Further lockdown could destroy businesses, minister warns

A renewed lockdown preventing new coronavirus infections from soaring to 600 a day would destroy local businesses, Northern Ireland’s economy minister has warned.

The number of diagnoses is predicted to double every 10 days in a major onslaught on the health service if nothing is done, chief scientific adviser Professor Ian Young said.

He added a “circuit breaker” shutdown of up to three weeks may interrupt the virus’s spread but was not recommending that happens immediately.

Minister Diane Dodds said businesses were in a “perilous” state.

“The Northern Ireland economy cannot afford another lockdown. Those small shoots of recovery we are seeing would be destroyed.”

Another 220 new cases of Covid-19 were confirmed in the last 24-hour reporting period, the Department of Health said.

Prof Young said: “In four weeks I would expect us to be, if nothing was done, I would expect us to be at at least 500-600 cases a day.”

He told the BBC’s Nolan Show it was not easy to translate the number of diagnoses into predicted fatalities.

“Even one death is a death too many and we know that there would certainly be deaths,” he added.

Holy Cross College in Strabane, Co Tyrone, announced it was shutting its gates on Wednesday morning after recording confirmed infections.

(PA Graphics)
(PA Graphics)

Two were confirmed on Sunday and two more on Wednesday. A deep clean of the secondary school for around 1,550 boys and girls was undertaken.

Malone Integrated College in Belfast reported a positive case among the teaching staff. Close contacts have been notified and the school reopens on Friday.

Principal Katrina Moore said: “As a result of our stringent protocol in place for tracking and tracing, we have been able to minimise the impact on staff and pupils.”

More than two-thirds of teachers in Northern Ireland are concerned about access to coronavirus tests, the NASUWT union said.

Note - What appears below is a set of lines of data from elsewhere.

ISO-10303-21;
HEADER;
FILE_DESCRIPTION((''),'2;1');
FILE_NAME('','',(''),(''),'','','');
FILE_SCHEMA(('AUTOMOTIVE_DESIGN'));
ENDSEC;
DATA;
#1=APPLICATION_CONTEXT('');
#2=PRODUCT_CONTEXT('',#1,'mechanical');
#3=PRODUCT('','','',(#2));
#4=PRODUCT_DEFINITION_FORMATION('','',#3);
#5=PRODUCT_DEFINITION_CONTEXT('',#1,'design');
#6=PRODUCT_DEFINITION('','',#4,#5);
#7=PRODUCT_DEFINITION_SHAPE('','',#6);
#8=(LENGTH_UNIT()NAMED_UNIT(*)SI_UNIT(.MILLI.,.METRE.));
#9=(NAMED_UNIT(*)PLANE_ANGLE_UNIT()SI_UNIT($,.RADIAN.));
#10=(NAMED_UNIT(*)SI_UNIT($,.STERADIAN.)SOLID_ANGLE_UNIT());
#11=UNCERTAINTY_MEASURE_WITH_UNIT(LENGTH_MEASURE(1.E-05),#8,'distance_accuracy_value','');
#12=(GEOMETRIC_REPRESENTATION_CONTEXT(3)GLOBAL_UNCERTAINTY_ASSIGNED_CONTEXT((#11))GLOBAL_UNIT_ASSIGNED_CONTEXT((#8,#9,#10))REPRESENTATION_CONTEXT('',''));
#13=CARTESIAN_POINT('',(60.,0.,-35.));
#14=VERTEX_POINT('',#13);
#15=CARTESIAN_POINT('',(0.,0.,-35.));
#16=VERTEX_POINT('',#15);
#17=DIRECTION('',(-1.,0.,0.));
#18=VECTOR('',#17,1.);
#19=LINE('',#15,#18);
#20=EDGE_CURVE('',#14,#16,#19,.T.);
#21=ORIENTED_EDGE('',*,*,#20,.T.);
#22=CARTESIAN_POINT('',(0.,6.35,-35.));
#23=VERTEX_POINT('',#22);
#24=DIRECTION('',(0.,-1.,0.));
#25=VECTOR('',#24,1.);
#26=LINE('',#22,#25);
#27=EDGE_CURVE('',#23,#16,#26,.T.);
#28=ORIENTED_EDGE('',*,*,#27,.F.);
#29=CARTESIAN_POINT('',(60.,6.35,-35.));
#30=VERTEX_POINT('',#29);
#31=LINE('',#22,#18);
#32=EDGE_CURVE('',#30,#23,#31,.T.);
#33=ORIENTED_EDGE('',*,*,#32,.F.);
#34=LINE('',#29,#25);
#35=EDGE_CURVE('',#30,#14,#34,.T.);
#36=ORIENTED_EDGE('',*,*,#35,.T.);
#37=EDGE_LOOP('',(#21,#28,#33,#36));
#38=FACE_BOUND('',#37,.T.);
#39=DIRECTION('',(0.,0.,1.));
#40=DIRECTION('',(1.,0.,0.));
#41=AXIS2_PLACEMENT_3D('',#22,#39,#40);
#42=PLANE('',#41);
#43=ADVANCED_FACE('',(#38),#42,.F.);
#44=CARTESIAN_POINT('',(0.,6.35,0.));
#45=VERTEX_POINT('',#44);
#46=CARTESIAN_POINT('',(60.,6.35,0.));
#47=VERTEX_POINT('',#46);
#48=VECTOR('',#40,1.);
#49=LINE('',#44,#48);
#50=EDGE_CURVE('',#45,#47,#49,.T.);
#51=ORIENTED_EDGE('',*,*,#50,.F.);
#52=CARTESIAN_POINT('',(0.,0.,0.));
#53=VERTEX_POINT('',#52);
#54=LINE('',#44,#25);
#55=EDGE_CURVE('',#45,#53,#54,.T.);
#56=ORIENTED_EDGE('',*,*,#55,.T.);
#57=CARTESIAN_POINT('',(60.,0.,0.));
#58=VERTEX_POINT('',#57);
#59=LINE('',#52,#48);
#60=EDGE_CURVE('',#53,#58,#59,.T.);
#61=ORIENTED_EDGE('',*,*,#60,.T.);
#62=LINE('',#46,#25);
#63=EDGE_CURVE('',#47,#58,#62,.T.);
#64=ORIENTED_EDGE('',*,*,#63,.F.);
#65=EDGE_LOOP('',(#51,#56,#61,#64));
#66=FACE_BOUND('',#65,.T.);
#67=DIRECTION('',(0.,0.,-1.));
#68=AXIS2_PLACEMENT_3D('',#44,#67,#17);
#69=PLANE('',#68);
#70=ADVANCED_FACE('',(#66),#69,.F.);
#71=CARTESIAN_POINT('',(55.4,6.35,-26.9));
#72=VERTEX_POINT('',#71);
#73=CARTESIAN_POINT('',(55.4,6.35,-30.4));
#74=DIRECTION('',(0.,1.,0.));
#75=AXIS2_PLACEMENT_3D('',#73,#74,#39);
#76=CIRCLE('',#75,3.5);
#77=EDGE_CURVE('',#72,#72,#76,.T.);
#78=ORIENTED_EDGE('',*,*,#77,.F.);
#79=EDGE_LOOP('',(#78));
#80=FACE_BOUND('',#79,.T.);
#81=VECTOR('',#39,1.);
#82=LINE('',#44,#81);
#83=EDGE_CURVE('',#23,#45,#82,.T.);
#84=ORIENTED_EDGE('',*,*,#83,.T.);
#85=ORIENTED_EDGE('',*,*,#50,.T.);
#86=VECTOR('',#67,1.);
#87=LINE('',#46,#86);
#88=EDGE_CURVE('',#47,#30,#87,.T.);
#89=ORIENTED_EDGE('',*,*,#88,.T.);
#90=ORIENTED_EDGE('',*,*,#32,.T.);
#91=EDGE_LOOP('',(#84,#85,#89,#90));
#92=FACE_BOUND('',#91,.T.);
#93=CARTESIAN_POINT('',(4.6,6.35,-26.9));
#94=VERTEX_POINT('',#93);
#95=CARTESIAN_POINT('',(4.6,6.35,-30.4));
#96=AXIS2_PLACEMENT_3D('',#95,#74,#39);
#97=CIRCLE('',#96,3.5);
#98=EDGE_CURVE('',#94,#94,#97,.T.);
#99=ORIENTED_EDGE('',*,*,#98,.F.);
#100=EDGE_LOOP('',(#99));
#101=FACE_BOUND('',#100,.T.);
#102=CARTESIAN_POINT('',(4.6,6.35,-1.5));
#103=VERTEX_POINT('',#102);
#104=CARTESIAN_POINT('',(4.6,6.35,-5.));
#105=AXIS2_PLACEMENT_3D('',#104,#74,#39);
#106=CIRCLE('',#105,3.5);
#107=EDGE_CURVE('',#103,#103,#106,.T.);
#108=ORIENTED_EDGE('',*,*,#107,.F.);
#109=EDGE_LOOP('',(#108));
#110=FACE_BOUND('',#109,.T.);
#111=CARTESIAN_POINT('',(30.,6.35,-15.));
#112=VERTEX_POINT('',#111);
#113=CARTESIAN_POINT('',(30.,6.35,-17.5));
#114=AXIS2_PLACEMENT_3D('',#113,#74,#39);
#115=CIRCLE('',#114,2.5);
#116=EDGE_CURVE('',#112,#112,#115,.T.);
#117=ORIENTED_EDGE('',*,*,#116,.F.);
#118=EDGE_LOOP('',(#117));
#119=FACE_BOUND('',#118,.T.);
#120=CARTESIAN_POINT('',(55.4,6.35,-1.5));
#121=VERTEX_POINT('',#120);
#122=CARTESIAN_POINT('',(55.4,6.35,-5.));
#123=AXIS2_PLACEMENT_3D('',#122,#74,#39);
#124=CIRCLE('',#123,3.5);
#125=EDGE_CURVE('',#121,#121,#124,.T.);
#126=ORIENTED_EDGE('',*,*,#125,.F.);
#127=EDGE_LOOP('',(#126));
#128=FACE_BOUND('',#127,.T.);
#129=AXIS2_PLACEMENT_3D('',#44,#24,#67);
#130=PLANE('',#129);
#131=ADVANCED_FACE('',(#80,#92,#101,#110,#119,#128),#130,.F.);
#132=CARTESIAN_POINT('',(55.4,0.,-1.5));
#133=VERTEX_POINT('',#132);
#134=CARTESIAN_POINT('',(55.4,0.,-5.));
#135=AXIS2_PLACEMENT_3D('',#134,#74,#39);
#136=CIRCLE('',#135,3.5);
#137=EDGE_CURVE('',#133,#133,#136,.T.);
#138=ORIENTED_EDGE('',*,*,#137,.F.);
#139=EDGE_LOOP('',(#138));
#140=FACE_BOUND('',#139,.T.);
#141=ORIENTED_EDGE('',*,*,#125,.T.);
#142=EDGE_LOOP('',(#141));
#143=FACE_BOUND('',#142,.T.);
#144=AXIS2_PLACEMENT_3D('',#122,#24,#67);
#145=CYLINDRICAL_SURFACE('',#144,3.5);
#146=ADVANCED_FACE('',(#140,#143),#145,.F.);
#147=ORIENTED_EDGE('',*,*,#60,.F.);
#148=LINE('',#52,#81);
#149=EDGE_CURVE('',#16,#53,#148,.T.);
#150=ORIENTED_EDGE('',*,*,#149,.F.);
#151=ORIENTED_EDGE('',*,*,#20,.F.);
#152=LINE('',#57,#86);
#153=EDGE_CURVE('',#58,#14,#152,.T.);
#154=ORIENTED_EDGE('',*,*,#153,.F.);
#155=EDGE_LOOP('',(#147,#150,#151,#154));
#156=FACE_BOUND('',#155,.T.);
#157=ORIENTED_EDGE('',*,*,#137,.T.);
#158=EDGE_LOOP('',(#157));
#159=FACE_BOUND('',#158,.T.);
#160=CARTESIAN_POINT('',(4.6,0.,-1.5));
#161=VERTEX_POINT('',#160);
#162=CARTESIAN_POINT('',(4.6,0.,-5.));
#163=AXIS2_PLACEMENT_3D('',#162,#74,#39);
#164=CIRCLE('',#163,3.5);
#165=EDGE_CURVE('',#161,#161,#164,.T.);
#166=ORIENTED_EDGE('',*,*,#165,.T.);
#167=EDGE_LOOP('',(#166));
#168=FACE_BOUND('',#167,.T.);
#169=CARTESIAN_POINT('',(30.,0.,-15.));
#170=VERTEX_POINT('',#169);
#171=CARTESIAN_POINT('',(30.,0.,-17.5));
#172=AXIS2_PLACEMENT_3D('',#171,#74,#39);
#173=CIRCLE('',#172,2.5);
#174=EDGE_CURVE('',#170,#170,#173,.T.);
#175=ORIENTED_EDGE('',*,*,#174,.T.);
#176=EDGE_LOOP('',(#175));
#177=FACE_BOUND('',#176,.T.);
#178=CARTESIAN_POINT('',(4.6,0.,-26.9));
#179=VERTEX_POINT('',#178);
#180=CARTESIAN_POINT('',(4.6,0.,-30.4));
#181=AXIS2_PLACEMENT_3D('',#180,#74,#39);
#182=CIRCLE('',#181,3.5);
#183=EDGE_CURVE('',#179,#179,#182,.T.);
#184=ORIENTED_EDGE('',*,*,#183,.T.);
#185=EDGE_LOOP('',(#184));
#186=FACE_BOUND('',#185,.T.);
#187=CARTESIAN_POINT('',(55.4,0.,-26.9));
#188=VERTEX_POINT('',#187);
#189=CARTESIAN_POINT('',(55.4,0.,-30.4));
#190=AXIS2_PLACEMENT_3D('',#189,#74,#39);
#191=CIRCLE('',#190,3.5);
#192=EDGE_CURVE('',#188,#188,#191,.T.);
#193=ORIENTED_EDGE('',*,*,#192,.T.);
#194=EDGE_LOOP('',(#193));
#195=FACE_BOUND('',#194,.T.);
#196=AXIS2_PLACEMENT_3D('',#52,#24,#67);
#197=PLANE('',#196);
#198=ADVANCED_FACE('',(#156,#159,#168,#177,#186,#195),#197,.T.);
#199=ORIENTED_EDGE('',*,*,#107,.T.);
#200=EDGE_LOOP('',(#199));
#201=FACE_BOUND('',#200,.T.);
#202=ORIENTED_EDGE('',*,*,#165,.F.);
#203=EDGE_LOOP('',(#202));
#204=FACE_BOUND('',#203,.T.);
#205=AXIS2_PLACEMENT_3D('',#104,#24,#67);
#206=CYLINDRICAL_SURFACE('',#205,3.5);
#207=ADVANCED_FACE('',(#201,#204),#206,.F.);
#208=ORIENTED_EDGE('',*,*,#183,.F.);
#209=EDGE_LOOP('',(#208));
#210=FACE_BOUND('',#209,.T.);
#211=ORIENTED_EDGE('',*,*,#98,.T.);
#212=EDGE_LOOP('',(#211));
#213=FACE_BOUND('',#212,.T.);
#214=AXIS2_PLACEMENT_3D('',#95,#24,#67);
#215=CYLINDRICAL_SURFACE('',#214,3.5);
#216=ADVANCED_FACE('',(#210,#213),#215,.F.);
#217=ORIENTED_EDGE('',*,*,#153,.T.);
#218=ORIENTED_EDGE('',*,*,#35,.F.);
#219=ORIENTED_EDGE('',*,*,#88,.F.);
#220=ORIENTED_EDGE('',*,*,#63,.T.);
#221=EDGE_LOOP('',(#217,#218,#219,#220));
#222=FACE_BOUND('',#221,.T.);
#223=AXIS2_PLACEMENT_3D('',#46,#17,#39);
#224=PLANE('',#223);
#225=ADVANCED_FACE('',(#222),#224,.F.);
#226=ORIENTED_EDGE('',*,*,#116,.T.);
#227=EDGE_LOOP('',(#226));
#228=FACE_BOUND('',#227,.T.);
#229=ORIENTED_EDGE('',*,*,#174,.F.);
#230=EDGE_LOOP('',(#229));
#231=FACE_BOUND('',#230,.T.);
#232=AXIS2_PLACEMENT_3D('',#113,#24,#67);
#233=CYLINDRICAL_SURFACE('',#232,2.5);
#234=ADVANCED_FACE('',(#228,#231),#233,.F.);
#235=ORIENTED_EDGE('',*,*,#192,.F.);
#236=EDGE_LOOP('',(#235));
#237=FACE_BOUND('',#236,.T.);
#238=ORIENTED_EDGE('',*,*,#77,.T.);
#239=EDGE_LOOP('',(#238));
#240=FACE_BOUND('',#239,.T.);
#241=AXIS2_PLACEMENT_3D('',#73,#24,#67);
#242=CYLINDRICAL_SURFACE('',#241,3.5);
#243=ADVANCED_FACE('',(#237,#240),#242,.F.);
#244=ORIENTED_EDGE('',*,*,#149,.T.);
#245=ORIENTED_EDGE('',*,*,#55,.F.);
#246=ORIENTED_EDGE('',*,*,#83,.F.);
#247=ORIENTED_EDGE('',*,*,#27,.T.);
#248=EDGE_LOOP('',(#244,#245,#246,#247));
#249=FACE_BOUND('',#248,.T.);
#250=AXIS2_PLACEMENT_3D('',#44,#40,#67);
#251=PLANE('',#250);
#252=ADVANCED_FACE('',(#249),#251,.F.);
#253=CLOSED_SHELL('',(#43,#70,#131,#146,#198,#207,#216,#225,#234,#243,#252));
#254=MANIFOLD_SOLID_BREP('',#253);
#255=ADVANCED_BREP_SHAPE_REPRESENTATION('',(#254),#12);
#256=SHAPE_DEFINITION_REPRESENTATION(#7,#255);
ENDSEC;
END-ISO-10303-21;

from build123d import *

# Parameters (mm, degrees)
SKETCH1_W           = 60
SKETCH1_H           = 35
SKETCH1_R           = 3.5
SKETCH1_R_2         = 2.5
BOSS_EXTRUDE1_DEPTH = 6.35


with BuildPart() as part:
    # Sketch1 → Boss-Extrude1 (new body)
    with BuildSketch(Plane(origin=(0, 0, 0), x_dir=(1, 0, 0), z_dir=(0, 1, 0))):
        with Locations((30, 17.5)):
            Rectangle(SKETCH1_W, SKETCH1_H)
        with Locations((4.6, 30.4)):
            Circle(SKETCH1_R, mode=Mode.SUBTRACT)
        with Locations((55.4, 30.4)):
            Circle(SKETCH1_R, mode=Mode.SUBTRACT)
        with Locations((4.6, 5)):
            Circle(SKETCH1_R, mode=Mode.SUBTRACT)
        with Locations((55.4, 5)):
            Circle(SKETCH1_R, mode=Mode.SUBTRACT)
        with Locations((30, 17.5)):
            Circle(SKETCH1_R_2, mode=Mode.SUBTRACT)
    extrude(amount=BOSS_EXTRUDE1_DEPTH)


solid = part.part
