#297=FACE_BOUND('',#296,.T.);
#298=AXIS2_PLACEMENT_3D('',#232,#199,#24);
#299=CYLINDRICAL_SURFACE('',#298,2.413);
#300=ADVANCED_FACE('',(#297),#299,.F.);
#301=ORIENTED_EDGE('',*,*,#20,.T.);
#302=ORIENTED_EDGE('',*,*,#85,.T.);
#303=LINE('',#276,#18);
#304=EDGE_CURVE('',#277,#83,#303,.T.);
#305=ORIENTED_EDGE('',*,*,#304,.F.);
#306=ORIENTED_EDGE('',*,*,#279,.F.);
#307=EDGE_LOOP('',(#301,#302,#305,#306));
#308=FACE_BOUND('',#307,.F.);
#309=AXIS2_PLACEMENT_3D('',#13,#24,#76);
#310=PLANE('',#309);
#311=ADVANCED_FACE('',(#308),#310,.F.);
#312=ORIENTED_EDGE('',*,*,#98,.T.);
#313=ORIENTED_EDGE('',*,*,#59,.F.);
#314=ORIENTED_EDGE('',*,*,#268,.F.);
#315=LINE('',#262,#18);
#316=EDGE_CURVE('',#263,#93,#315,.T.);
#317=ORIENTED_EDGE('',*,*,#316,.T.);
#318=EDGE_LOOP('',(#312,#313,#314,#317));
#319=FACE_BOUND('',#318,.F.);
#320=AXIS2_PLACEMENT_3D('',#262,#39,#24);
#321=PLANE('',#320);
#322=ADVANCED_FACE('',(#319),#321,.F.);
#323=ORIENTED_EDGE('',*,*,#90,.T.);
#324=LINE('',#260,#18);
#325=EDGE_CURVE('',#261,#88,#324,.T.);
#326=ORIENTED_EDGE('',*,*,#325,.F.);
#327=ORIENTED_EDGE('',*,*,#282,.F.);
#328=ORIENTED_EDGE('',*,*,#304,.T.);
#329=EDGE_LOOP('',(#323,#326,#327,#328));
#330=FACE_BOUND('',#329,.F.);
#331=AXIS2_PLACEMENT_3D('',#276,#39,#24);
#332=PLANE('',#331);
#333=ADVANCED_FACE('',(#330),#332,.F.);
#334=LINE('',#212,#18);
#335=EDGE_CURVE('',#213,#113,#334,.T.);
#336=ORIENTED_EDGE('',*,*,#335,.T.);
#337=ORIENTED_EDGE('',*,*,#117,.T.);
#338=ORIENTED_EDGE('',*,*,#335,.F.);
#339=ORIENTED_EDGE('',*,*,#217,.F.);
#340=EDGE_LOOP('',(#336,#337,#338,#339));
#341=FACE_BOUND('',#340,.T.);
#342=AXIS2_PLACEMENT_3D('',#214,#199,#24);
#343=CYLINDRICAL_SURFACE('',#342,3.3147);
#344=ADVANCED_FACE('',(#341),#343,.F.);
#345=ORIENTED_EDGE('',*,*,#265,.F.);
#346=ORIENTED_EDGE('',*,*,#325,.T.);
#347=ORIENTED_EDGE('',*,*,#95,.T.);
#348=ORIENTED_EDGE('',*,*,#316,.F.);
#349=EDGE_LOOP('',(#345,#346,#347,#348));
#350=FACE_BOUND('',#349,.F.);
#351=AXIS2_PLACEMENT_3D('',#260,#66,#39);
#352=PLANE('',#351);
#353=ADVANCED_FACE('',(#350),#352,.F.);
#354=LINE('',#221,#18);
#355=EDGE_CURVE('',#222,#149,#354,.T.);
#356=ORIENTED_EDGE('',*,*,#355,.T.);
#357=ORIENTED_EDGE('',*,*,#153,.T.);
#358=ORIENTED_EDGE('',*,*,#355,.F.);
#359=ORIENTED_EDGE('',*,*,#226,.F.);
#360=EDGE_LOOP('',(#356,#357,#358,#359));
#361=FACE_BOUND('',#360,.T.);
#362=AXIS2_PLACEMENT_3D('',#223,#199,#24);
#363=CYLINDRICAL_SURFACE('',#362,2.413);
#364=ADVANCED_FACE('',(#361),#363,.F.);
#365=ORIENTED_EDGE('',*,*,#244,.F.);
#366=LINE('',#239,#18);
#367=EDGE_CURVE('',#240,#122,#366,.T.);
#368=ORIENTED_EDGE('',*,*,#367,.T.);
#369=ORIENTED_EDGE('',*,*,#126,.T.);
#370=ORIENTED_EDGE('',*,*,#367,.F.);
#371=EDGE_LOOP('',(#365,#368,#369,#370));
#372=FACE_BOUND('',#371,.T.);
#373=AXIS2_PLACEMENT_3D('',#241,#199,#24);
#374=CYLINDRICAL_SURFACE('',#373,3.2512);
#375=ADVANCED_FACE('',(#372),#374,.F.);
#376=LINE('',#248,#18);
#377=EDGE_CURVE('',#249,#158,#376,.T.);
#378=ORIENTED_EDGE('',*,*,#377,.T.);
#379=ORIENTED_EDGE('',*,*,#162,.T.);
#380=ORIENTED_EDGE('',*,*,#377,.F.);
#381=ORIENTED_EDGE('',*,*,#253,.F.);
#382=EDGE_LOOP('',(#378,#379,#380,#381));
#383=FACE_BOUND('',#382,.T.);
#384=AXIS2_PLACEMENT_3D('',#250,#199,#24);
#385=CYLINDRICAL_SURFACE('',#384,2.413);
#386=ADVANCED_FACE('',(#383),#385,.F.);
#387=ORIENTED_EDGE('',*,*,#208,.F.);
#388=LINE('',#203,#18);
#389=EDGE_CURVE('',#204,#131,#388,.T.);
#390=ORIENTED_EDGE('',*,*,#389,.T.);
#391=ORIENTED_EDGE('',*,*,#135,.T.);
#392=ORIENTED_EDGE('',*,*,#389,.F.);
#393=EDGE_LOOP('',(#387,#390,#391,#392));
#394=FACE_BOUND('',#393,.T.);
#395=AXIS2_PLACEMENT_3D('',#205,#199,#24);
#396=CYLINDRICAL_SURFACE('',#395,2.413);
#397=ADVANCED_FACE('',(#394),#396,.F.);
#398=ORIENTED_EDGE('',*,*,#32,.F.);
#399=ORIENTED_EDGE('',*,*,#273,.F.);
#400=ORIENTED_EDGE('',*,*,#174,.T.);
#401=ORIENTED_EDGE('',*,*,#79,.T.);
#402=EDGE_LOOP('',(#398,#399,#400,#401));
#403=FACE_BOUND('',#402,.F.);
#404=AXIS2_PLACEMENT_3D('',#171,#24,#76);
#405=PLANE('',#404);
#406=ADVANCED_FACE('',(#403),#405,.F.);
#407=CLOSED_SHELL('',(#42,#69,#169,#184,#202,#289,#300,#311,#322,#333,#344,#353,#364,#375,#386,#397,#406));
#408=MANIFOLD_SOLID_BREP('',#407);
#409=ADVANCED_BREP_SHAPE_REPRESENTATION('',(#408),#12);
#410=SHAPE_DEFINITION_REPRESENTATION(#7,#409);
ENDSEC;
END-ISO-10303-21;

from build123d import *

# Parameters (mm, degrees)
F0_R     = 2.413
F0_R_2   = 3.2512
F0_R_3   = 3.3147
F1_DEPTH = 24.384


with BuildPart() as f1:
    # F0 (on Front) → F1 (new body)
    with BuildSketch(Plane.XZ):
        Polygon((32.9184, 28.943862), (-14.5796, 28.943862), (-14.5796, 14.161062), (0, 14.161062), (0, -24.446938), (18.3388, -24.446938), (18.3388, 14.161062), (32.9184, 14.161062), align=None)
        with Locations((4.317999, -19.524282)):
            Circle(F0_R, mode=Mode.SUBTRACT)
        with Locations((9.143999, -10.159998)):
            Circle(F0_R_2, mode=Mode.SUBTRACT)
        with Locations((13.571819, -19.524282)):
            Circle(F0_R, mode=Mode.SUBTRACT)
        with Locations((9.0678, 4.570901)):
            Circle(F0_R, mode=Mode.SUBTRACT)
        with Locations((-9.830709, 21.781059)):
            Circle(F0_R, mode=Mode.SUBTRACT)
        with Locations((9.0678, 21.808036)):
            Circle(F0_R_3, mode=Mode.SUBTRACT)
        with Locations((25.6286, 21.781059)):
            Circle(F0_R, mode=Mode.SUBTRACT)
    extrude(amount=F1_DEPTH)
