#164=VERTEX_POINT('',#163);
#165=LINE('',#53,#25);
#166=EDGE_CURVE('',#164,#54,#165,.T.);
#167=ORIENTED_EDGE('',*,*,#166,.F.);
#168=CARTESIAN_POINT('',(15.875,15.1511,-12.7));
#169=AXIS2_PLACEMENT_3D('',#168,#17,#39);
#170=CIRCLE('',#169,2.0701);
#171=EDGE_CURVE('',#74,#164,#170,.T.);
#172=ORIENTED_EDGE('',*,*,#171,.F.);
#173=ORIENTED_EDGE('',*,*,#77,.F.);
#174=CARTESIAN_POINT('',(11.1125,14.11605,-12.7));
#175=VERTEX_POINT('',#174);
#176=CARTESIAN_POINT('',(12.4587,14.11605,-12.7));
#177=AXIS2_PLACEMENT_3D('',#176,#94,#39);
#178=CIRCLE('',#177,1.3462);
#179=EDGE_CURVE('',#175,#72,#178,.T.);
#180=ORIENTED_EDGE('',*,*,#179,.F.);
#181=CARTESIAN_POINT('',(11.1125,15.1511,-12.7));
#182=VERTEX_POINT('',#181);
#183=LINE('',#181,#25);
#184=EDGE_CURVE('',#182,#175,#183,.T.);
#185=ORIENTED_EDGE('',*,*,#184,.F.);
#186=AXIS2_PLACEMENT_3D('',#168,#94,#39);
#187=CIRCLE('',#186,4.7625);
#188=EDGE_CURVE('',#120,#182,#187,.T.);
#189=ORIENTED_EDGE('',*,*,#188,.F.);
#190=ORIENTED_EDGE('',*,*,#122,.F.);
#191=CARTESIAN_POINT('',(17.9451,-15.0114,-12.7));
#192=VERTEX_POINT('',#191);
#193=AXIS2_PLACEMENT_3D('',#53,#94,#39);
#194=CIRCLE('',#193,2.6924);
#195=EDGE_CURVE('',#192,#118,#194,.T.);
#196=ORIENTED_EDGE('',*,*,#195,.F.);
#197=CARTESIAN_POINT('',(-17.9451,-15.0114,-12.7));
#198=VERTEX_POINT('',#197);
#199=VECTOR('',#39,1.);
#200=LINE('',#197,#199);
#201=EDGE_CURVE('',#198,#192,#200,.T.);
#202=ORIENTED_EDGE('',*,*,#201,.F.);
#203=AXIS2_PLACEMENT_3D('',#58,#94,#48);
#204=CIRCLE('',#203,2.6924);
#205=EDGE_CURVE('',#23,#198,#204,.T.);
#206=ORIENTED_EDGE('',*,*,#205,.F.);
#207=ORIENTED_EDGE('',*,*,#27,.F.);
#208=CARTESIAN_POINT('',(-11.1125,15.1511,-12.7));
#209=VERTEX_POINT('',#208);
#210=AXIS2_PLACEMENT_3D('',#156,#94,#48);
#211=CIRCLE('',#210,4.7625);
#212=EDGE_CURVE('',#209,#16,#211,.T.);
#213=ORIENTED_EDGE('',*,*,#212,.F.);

Pubs that do not serve food are reopening across Northern Ireland on Wednesday, despite fresh Covid-19 restrictions.

Joanne Shilliday, owner of the Hole In The Wall pub in Armagh city, said she had not expected to have to close for so long, but the building had weathered attacks and fires during the Troubles, and will survive coronavirus.

Coronavirus – Fri Jul 3, 2020
Coronavirus – Fri Jul 3, 2020

“It feels a bit like being back at the beginning – you don’t know what is ahead of you, but it’s nice to see the regulars back and have the staff back.

“We’ll get through it, we’ll do whatever we have to do, whatever regulations are in, we’ll do what we have to to stay open,” she said.

“The Guinness seems to be going down well so far.”

Pubs welcome back customers a day after additional restrictions limiting domestic gatherings were imposed across the country aimed at curbing spiralling infection rates.

There can be no mixing of households indoors, with some exemptions, while no more than six people from two households can meet in a garden.

(PA Graphics)
(PA Graphics)

Previously, the measures only applied to Belfast and Ballymena in Co Antrim.

Reopening of so-called wet pubs was pushed back on several occasions by the Executive while those that serve food were able to lift shutters at the start of July.

Northern Ireland’s leaders acknowledged on Tuesday that Stormont’s latest Covid-19 messaging had become confused.

First Minister Arlene Foster said the measures do not represent a second lockdown but should act as a wake-up call.

She and Deputy First Minister Michelle O’Neill sounded the alarm as they called for a big push to curb the rising number of infections.